Best between the griffin and gemini ?

Which one is easier to build on and wick , which one is less likely to leak ?

Would like to order this morning still , all advice will be appreciated !


----------



## Christos (8/4/16)

I liked the griffin. Was going to buy the gemini but ended up getting the Moradin. 
The griffin gets great reviews and is highly praised but it was a huge failure for me.
The gemini looks the same but has the centre airflow as well over the griffin.
I would go with the gemini.


----------



## Stosta (8/4/16)

May I suggest a Crius

Reactions: Like 1 | Agree 3


----------



## morras (8/4/16)

Stosta said:


> May I suggest a Crius


Eish , this is not easy !

How much better are these tanks than my sub and toptanks , flavour and cloud wise ?

So many options , almost impossible to make a decision , I just want a nice tank with lots of flavour , easy to build and wick and no leaks......


----------



## Stosta (8/4/16)

morras said:


> Eish , this is not easy !
> 
> How much better are these tanks than my sub and toptanks , flavour and cloud wise ?
> 
> So many options , almost impossible to make a decision , I just want a nice tank with lots of flavour , easy to build and wick and no leaks......
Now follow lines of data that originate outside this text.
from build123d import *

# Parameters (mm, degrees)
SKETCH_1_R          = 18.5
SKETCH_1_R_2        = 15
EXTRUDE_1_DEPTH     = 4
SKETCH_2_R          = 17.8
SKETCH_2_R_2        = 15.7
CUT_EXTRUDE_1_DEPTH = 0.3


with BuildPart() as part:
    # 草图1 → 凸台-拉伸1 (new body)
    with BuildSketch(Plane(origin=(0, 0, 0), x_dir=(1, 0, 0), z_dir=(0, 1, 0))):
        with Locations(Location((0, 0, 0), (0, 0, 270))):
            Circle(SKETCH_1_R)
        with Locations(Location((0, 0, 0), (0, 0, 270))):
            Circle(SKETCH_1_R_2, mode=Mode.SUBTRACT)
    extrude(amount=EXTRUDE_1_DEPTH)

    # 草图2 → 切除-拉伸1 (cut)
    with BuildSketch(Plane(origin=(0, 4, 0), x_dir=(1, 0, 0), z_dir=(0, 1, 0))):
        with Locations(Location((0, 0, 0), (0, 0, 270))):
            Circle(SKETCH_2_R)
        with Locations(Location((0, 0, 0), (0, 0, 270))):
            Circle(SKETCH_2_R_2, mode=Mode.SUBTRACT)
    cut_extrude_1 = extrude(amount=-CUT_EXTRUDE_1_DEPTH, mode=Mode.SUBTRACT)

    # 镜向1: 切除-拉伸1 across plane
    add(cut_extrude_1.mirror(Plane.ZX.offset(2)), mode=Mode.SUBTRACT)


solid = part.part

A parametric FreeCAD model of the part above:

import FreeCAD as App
import Part
import Sketcher

V = App.Vector

doc = App.newDocument("Part")
body = doc.addObject("PartDesign::Body", "Body")

sketch1 = body.newObject("Sketcher::SketchObject", "Sketch")
sketch1.AttachmentSupport = (doc.getObject("XZ_Plane"), [""])
sketch1.MapMode = "FlatFace"
sketch1.addGeometry([
    Part.Circle(V(0, 0, 0), V(0, 0, 1), 18.5),
    Part.Circle(V(0, 0, 0), V(0, 0, 1), 15),
], False)
sketch1.addConstraint([
    Sketcher.Constraint("Coincident", 0, 3, -1, 1),
    Sketcher.Constraint("Coincident", 1, 3, -1, 1),
    Sketcher.Constraint("Diameter", 0, 37.0),
    Sketcher.Constraint("Diameter", 1, 30.0),
])
pad1 = body.newObject("PartDesign::Pad", "Pad")
pad1.Profile = sketch1
pad1.Length = 4
pad1.Reversed = True

sketch2 = body.newObject("Sketcher::SketchObject", "Sketch001")
sketch2.AttachmentSupport = (doc.getObject("XZ_Plane"), [""])
sketch2.MapMode = "FlatFace"
sketch2.AttachmentOffset = App.Placement(V(0, 0, -4), App.Rotation())
sketch2.addGeometry([
    Part.Circle(V(0, 0, 0), V(0, 0, 1), 17.8),
    Part.Circle(V(0, 0, 0), V(0, 0, 1), 15.7),
], False)
sketch2.addConstraint([
    Sketcher.Constraint("Coincident", 0, 3, -1, 1),
    Sketcher.Constraint("Coincident", 1, 3, -1, 1),
    Sketcher.Constraint("Diameter", 0, 35.6),
    Sketcher.Constraint("Diameter", 1, 31.4),
])
pocket1 = body.newObject("PartDesign::Pocket", "Pocket")
pocket1.Profile = sketch2
pocket1.Length = 0.3
pocket1.Reversed = True
doc.recompute()

datumplane = body.newObject("PartDesign::Plane", "DatumPlane")
datumplane.AttachmentSupport = (doc.getObject("XZ_Plane"), [""])
datumplane.MapMode = "FlatFace"
datumplane.AttachmentOffset = App.Placement(V(0, 0, -2), App.Rotation())
mirrored = body.newObject("PartDesign::Mirrored", "Mirrored")
mirrored.Originals = [pocket1]
mirrored.MirrorPlane = (datumplane, [""])
body.Tip = mirrored

doc.recompute()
Look, these tanks are in different leagues compared to say the STM. But they are different vape experiences, I use my STM all day, everyday, when I'm at work. When I get home, I crack open a beer and my Crius, for a much better cloud and vapour experience. I have said this before though, I haven't tried the Griffin or Gemini, so I can't give you a comparison, me punting the Crius is totally because it is so good to me I haven't bothered trying something else, for me it's perfect.
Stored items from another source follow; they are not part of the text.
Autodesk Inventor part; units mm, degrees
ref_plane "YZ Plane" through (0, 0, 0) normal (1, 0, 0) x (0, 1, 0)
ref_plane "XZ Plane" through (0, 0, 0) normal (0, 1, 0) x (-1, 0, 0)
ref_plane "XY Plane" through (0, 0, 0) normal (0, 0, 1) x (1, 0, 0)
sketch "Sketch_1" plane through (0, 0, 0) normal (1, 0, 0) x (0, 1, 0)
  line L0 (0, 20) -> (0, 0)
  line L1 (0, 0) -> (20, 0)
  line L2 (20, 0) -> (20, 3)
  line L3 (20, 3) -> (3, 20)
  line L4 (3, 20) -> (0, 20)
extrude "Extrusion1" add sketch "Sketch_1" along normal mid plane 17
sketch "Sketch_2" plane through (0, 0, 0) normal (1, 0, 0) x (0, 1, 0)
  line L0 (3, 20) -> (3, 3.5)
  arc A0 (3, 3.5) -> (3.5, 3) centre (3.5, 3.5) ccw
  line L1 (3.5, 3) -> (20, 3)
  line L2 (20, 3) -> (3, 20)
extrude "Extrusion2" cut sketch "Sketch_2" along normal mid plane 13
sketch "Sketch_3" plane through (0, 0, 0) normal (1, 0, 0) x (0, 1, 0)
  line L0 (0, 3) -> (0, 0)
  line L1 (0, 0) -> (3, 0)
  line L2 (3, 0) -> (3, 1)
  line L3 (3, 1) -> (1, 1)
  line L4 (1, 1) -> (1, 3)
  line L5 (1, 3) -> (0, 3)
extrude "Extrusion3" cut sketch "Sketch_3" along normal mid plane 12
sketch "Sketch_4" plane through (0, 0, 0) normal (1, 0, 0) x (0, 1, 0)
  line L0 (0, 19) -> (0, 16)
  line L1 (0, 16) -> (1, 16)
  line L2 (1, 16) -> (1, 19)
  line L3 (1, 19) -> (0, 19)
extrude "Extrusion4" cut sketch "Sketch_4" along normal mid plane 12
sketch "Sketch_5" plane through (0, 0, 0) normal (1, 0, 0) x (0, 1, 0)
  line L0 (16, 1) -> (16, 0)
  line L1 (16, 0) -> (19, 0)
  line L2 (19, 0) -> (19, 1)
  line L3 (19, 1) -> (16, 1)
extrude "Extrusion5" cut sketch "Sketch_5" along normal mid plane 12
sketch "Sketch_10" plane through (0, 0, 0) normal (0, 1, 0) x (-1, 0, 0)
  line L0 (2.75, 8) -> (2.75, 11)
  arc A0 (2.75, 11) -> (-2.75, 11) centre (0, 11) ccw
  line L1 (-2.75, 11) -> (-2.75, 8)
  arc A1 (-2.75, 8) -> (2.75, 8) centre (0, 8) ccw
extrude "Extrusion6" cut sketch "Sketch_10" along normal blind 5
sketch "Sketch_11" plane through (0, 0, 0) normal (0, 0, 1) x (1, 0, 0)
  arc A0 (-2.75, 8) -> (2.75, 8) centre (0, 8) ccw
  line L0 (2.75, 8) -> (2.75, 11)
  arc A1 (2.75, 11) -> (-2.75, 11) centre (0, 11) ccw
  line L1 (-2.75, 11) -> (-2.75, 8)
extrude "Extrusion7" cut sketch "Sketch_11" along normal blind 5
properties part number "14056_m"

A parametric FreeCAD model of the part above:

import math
import FreeCAD as App
import Part
import Sketcher

V = App.Vector


def add_polygon(sketch, points):
    """Adds a closed chain of lines whose ends are joined by coincident constraints."""
    first, n = sketch.GeometryCount, len(points)
    for a, b in zip(points, points[1:] + points[:1]):
        sketch.addGeometry(Part.LineSegment(App.Vector(*a, 0), App.Vector(*b, 0)), False)
    for i in range(n):
        sketch.addConstraint(Sketcher.Constraint("Coincident", first + i, 2, first + (i + 1) % n, 1))

doc = App.newDocument("Part")
body = doc.addObject("PartDesign::Body", "Body")

sketch1 = body.newObject("Sketcher::SketchObject", "Sketch")
sketch1.AttachmentSupport = (doc.getObject("YZ_Plane"), [""])
sketch1.MapMode = "FlatFace"
add_polygon(sketch1, [(3, 20), (0, 20), (0, 0), (20, 0), (20, 3)])
sketch1.addConstraint([
    Sketcher.Constraint("Horizontal", 0),
    Sketcher.Constraint("Vertical", 1),
    Sketcher.Constraint("Horizontal", 2),
    Sketcher.Constraint("Vertical", 3),
    Sketcher.Constraint("Coincident", 1, 2, -1, 1),
    Sketcher.Constraint("Equal", 2, 1),
    Sketcher.Constraint("Equal", 0, 3),
    Sketcher.Constraint("DistanceX", 0, 2, 0, 1, 3.0),
    Sketcher.Constraint("DistanceX", 2, 1, 2, 2, 20.0),
])
pad1 = body.newObject("PartDesign::Pad", "Pad")
pad1.Profile = sketch1
pad1.Length = 17
pad1.Midplane = True

sketch2 = body.newObject("Sketcher::SketchObject", "Sketch001")
sketch2.AttachmentSupport = (doc.getObject("YZ_Plane"), [""])
sketch2.MapMode = "FlatFace"
sketch2.addGeometry([
    Part.LineSegment(V(20, 3, 0), V(3, 20, 0)),
    Part.LineSegment(V(3, 20, 0), V(3, 3.5, 0)),
    Part.ArcOfCircle(Part.Circle(V(3.5, 3.5, 0), V(0, 0, 1), 0.5), math.radians(180), math.radians(270)),
    Part.LineSegment(V(3.5, 3, 0), V(20, 3, 0)),
], False)
sketch2.addConstraint([
    Sketcher.Constraint("Coincident", 0, 2, 1, 1),
    Sketcher.Constraint("Tangent", 1, 2, 2, 1),
    Sketcher.Constraint("Tangent", 2, 2, 3, 1),
    Sketcher.Constraint("Coincident", 3, 2, 0, 1),
    Sketcher.Constraint("Vertical", 1),
    Sketcher.Constraint("Horizontal", 3),
    Sketcher.Constraint("Equal", 3, 1),
    Sketcher.Constraint("Radius", 2, 0.5),
    Sketcher.Constraint("DistanceX", 3, 1, 3, 2, 16.5),
    Sketcher.Constraint("DistanceX", -1, 1, 0, 2, 3.0),
    Sketcher.Constraint("DistanceY", -1, 1, 0, 2, 20.0),
])
pocket1 = body.newObject("PartDesign::Pocket", "Pocket")
pocket1.Profile = sketch2
pocket1.Length = 13
pocket1.Midplane = True

sketch3 = body.newObject("Sketcher::SketchObject", "Sketch002")
sketch3.AttachmentSupport = (doc.getObject("YZ_Plane"), [""])
sketch3.MapMode = "FlatFace"
add_polygon(sketch3, [(1, 3), (0, 3), (0, 0), (3, 0), (3, 1), (1, 1)])
sketch3.addConstraint([
    Sketcher.Constraint("Horizontal", 0),
    Sketcher.Constraint("Vertical", 1),
    Sketcher.Constraint("Horizontal", 2),
    Sketcher.Constraint("Vertical", 3),
    Sketcher.Constraint("Horizontal", 4),
    Sketcher.Constraint("Vertical", 5),
    Sketcher.Constraint("Coincident", 1, 2, -1, 1),
    Sketcher.Constraint("Equal", 2, 1),
    Sketcher.Constraint("Equal", 0, 3),
    Sketcher.Constraint("DistanceX", 0, 2, 0, 1, 1.0),
    Sketcher.Constraint("DistanceX", 2, 1, 2, 2, 3.0),
])
pocket2 = body.newObject("PartDesign::Pocket", "Pocket001")
pocket2.Profile = sketch3
pocket2.Length = 12
pocket2.Midplane = True

sketch4 = body.newObject("Sketcher::SketchObject", "Sketch003")
sketch4.AttachmentSupport = (doc.getObject("YZ_Plane"), [""])
sketch4.MapMode = "FlatFace"
add_polygon(sketch4, [(1, 19), (0, 19), (0, 16), (1, 16)])
sketch4.addConstraint([
    Sketcher.Constraint("Horizontal", 0),
    Sketcher.Constraint("Vertical", 1),
    Sketcher.Constraint("Horizontal", 2),
    Sketcher.Constraint("Vertical", 3),
    Sketcher.Constraint("PointOnObject", 0, 2, -2),
    Sketcher.Constraint("DistanceX", 0, 2, 0, 1, 1.0),
    Sketcher.Constraint("DistanceY", 1, 2, 1, 1, 3.0),
    Sketcher.Constraint("DistanceY", -1, 1, 0, 2, 19.0),
])
pocket3 = body.newObject("PartDesign::Pocket", "Pocket002")
pocket3.Profile = sketch4
pocket3.Length = 12
pocket3.Midplane = True

sketch5 = body.newObject("Sketcher::SketchObject", "Sketch004")
sketch5.AttachmentSupport = (doc.getObject("YZ_Plane"), [""])
sketch5.MapMode = "FlatFace"
add_polygon(sketch5, [(19, 1), (16, 1), (16, 0), (19, 0)])
sketch5.addConstraint([
    Sketcher.Constraint("Horizontal", 0),
    Sketcher.Constraint("Vertical", 1),
    Sketcher.Constraint("Horizontal", 2),
    Sketcher.Constraint("Vertical", 3),
    Sketcher.Constraint("PointOnObject", 1, 2, -1),
    Sketcher.Constraint("DistanceX", 0, 2, 0, 1, 3.0),
    Sketcher.Constraint("DistanceY", 1, 2, 1, 1, 1.0),
    Sketcher.Constraint("DistanceX", -1, 1, 0, 2, 16.0),
])
pocket4 = body.newObject("PartDesign::Pocket", "Pocket003")
pocket4.Profile = sketch5
pocket4.Length = 12
pocket4.Midplane = True

sketch6 = body.newObject("Sketcher::SketchObject", "Sketch005")
sketch6.AttachmentSupport = (doc.getObject("XZ_Plane"), [""])
sketch6.MapMode = "FlatFace"
sketch6.addGeometry([
    Part.ArcOfCircle(Part.Circle(V(0, 8, 0), V(0, 0, 1), 2.8), math.radians(180), math.radians(360)),
    Part.LineSegment(V(-2.8, 8, 0), V(-2.8, 11, 0)),
    Part.ArcOfCircle(Part.Circle(V(0, 11, 0), V(0, 0, 1), 2.8), math.radians(0), math.radians(180)),
    Part.LineSegment(V(2.8, 11, 0), V(2.8, 8, 0)),
], False)
sketch6.addConstraint([
    Sketcher.Constraint("Tangent", 0, 1, 1, 1),
    Sketcher.Constraint("Tangent", 1, 2, 2, 2),
    Sketcher.Constraint("Tangent", 2, 1, 3, 1),
    Sketcher.Constraint("Tangent", 3, 2, 0, 2),
    Sketcher.Constraint("Vertical", 1),
    Sketcher.Constraint("Vertical", 3),
    Sketcher.Constraint("PointOnObject", 0, 3, -2),
    Sketcher.Constraint("DistanceY", 1, 1, 1, 2, 3.0),
    Sketcher.Constraint("Radius", 0, 2.75),
    Sketcher.Constraint("DistanceY", -1, 1, 0, 3, 8.0),
])
pocket5 = body.newObject("PartDesign::Pocket", "Pocket004")
pocket5.Profile = sketch6
pocket5.Length = 5

sketch7 = body.newObject("Sketcher::SketchObject", "Sketch006")
sketch7.AttachmentSupport = (doc.getObject("XY_Plane"), [""])
sketch7.MapMode = "FlatFace"
sketch7.addGeometry([
    Part.LineSegment(V(-2.8, 11, 0), V(-2.8, 8, 0)),
    Part.ArcOfCircle(Part.Circle(V(0, 8, 0), V(0, 0, 1), 2.8), math.radians(180), math.radians(360)),
    Part.LineSegment(V(2.8, 8, 0), V(2.8, 11, 0)),
    Part.ArcOfCircle(Part.Circle(V(0, 11, 0), V(0, 0, 1), 2.8), math.radians(0), math.radians(180)),
], False)
sketch7.addConstraint([
    Sketcher.Constraint("Tangent", 0, 2, 1, 1),
    Sketcher.Constraint("Tangent", 1, 2, 2, 1),
    Sketcher.Constraint("Tangent", 2, 2, 3, 1),
    Sketcher.Constraint("Tangent", 3, 2, 0, 1),
    Sketcher.Constraint("Vertical", 0),
    Sketcher.Constraint("Vertical", 2),
    Sketcher.Constraint("PointOnObject", 1, 3, -2),
    Sketcher.Constraint("DistanceY", 0, 2, 0, 1, 3.0),
    Sketcher.Constraint("Radius", 1, 2.75),
    Sketcher.Constraint("DistanceY", -1, 1, 1, 3, 8.0),
])
pocket6 = body.newObject("PartDesign::Pocket", "Pocket005")
pocket6.Profile = sketch7
pocket6.Length = 5
pocket6.Reversed = True

doc.recompute()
I would tell you to wait for the Simba, but for rebuilding you really want the velo deck if you're starting off, it makes the world of difference.
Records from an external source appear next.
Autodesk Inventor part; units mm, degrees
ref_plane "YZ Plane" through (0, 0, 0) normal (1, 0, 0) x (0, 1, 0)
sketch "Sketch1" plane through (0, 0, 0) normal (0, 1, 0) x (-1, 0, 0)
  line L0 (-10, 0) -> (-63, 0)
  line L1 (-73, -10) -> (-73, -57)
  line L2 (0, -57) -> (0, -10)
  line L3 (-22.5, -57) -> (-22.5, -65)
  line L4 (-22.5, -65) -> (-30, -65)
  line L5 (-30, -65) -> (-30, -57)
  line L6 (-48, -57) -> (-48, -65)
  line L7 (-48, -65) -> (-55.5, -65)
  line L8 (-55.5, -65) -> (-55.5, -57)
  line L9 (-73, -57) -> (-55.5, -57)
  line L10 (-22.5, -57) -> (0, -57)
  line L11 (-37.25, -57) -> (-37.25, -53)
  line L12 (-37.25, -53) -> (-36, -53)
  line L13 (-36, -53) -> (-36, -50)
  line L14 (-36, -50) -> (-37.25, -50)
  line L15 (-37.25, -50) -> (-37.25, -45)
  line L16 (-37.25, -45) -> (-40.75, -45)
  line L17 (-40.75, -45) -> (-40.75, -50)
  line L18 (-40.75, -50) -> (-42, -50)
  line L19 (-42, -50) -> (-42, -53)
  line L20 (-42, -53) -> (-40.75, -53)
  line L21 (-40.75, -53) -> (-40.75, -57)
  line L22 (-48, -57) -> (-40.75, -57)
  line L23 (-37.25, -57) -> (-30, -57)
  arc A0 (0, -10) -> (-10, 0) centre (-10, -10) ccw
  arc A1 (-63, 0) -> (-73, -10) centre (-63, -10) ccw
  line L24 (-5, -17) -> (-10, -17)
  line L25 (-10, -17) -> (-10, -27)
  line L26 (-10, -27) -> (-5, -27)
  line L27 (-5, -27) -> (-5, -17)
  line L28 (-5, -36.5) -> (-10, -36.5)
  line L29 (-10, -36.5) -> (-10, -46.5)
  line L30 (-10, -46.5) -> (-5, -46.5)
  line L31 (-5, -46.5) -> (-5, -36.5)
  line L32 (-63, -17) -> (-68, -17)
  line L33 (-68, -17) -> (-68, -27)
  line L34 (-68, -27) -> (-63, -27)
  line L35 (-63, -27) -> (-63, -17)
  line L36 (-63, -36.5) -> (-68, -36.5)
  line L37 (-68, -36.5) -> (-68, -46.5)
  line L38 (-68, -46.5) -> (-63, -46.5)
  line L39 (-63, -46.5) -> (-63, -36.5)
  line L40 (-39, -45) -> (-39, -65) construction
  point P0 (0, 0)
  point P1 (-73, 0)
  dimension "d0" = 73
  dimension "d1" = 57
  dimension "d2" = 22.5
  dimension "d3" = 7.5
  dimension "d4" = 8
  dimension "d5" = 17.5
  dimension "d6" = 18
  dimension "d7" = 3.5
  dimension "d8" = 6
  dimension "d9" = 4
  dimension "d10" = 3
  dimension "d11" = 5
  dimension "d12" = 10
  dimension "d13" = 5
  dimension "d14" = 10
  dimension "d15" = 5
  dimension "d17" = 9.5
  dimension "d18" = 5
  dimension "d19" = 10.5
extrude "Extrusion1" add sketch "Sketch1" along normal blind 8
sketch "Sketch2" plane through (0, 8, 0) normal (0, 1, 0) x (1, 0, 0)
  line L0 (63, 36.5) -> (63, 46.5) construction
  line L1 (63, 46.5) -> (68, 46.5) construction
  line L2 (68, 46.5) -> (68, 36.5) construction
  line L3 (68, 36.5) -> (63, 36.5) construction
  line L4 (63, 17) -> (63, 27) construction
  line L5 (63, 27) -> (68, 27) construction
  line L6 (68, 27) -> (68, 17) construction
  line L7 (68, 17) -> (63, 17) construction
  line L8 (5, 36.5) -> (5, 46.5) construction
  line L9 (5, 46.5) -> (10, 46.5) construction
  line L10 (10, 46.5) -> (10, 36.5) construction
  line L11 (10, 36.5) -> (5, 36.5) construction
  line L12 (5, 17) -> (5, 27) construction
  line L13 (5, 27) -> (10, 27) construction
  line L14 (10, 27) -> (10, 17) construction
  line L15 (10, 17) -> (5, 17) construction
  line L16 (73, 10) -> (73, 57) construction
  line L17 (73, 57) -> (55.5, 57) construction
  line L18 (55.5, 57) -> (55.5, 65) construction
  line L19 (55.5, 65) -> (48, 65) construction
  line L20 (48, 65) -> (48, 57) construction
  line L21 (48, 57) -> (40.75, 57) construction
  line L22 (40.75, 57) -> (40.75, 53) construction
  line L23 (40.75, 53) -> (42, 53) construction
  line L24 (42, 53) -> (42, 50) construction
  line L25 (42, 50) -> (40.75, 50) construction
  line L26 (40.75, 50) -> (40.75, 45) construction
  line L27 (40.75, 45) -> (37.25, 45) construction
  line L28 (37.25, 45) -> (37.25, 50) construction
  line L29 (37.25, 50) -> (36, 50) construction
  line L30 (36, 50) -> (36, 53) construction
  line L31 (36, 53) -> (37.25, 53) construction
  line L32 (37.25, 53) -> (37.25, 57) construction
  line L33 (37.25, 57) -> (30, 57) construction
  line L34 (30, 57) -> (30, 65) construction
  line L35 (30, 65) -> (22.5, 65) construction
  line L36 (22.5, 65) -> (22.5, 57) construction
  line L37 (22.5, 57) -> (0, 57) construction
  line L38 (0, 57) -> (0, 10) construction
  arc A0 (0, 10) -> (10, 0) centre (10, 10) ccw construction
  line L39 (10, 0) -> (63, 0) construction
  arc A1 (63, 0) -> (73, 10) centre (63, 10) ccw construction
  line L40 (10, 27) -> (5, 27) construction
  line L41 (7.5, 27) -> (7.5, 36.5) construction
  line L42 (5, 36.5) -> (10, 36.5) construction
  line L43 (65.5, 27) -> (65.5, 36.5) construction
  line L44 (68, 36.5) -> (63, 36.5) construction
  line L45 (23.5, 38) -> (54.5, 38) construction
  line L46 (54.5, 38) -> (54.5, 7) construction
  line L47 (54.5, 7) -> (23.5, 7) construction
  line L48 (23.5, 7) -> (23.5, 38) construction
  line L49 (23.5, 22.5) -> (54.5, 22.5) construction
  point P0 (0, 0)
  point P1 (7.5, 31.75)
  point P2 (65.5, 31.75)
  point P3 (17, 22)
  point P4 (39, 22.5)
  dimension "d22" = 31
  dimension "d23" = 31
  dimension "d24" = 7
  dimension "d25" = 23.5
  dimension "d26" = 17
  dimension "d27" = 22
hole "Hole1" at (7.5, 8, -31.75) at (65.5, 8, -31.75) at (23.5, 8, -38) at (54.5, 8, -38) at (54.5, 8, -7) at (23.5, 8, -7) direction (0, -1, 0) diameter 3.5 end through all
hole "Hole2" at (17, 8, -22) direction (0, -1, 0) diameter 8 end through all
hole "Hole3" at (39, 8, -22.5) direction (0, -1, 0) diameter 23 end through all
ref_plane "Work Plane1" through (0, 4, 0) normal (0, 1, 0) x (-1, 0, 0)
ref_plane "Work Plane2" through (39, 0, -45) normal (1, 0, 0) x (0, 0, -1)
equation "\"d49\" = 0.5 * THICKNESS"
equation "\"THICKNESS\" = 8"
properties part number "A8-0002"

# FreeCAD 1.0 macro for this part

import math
import FreeCAD as App
import Part
import Sketcher
from FreeCAD import Vector
Q = App.Units.Quantity

doc = App.newDocument("Part")
params = doc.addObject("Spreadsheet::Sheet", "Params")
for row, (alias, value) in enumerate([
    ("sketch1_radius", "10 mm"),
    ("sketch1_width", "5 mm"),
    ("sketch1_height", "8 mm"),
    ("sketch1_height2", "4 mm"),
    ("sketch1_height3", "3 mm"),
    ("pad1_length", "8 mm"),
    ("sketch2_diameter", "3.5 mm"),
    ("hole_diameter", "3.5 mm"),
    ("sketch3_diameter", "8 mm"),
    ("hole2_diameter", "8 mm"),
    ("sketch4_diameter", "23 mm"),
    ("hole3_diameter", "23 mm"),
], start=1):
    params.set(f"A{row}", alias)
    params.set(f"B{row}", "=" + value)
    params.setAlias(f"B{row}", alias)

body = doc.addObject("PartDesign::Body", "Body")

sketch1 = doc.addObject("Sketcher::SketchObject", "Sketch")
body.addObject(sketch1)
sketch1.AttachmentSupport = (doc.XZ_Plane, [""])
sketch1.MapMode = "FlatFace"
sketch1.addGeometry(Part.ArcOfCircle(Part.Circle(Vector(10, -10, 0), Vector(0, 0, 1), 10), math.radians(90), math.radians(180)), False)
sketch1.addGeometry(Part.LineSegment(Vector(10, 0, 0), Vector(63, 0, 0)), False)
sketch1.addGeometry(Part.ArcOfCircle(Part.Circle(Vector(63, -10, 0), Vector(0, 0, 1), 10), math.radians(0), math.radians(90)), False)
sketch1.addGeometry(Part.LineSegment(Vector(73, -10, 0), Vector(73, -57, 0)), False)
sketch1.addGeometry(Part.LineSegment(Vector(73, -57, 0), Vector(55.5, -57, 0)), False)
sketch1.addGeometry(Part.LineSegment(Vector(55.5, -57, 0), Vector(55.5, -65, 0)), False)
sketch1.addGeometry(Part.LineSegment(Vector(55.5, -65, 0), Vector(48, -65, 0)), False)
sketch1.addGeometry(Part.LineSegment(Vector(48, -65, 0), Vector(48, -57, 0)), False)
sketch1.addGeometry(Part.LineSegment(Vector(48, -57, 0), Vector(40.8, -57, 0)), False)
sketch1.addGeometry(Part.LineSegment(Vector(40.8, -57, 0), Vector(40.8, -53, 0)), False)
sketch1.addGeometry(Part.LineSegment(Vector(40.8, -53, 0), Vector(42, -53, 0)), False)
sketch1.addGeometry(Part.LineSegment(Vector(42, -53, 0), Vector(42, -50, 0)), False)
sketch1.addGeometry(Part.LineSegment(Vector(42, -50, 0), Vector(40.8, -50, 0)), False)
sketch1.addGeometry(Part.LineSegment(Vector(40.8, -50, 0), Vector(40.8, -45, 0)), False)
sketch1.addGeometry(Part.LineSegment(Vector(40.8, -45, 0), Vector(37.2, -45, 0)), False)
sketch1.addGeometry(Part.LineSegment(Vector(37.2, -45, 0), Vector(37.2, -50, 0)), False)
sketch1.addGeometry(Part.LineSegment(Vector(37.2, -50, 0), Vector(36, -50, 0)), False)
sketch1.addGeometry(Part.LineSegment(Vector(36, -50, 0), Vector(36, -53, 0)), False)
sketch1.addGeometry(Part.LineSegment(Vector(36, -53, 0), Vector(37.2, -53, 0)), False)
sketch1.addGeometry(Part.LineSegment(Vector(37.2, -53, 0), Vector(37.2, -57, 0)), False)
sketch1.addGeometry(Part.LineSegment(Vector(37.2, -57, 0), Vector(30, -57, 0)), False)
sketch1.addGeometry(Part.LineSegment(Vector(30, -57, 0), Vector(30, -65, 0)), False)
Crius all the way, but don't let @Nightwalker hear me say that

Reactions: Agree 2 | Funny 1


----------



## Frikkie6000 (8/4/16)

i would also like to suggest the crius. Got it on my RX200 and wow wow wow. what a treat. haven't had one problem yet not even a leak.

Reactions: Agree 1


----------



## Christos (8/4/16)

Reviewers say the griffin is great if you have it but the gemini is dubbed the griffin killer. If you don't own any of them the general consensus is get the gemini. 
Like I said before I only tried the griffin but I had a terrible experience with it.


----------



## Lord Vetinari (8/4/16)

morras said:


> Morning all
> 
> Ordered my black and red rx 200 last night , now to order a tank for it.
> 
> ...


Gemini really is a Griffin killer. Build quality is miles above. Flavour more sharp and precise. Easier to build and wick. Gemini hands down.

Reactions: Like 1


----------



## Lord Vetinari (8/4/16)

One look at them side by side says it all.


----------



## jprossouw (8/4/16)

I tried the Gemini, and I don't like it. Definitely not for me. And it's a damn thirsty rta. For me the crius is still a favourite


----------



## Cespian (8/4/16)

One thing to add to the above comments: I own the Crius and the Griffin. The Crius is a wonderful tank however you will be limited on your builds. The build deck and chimney section is much larger on the Griffin (try slapping a build in the crius with a 3mm ID). The Griffin is also less susceptible to dry hits because of the bigger juice flow holes (ultimately allowing for more cotton and fluffier ends for better wicking). The Crius MUST be wicked perfectly otherwise you will have a terrible time with dry hits. Since I got the Griffin, the only reason I still pick up the Crius is because the Griffin is ridiculously thirsty, regardless of the build I put in there. 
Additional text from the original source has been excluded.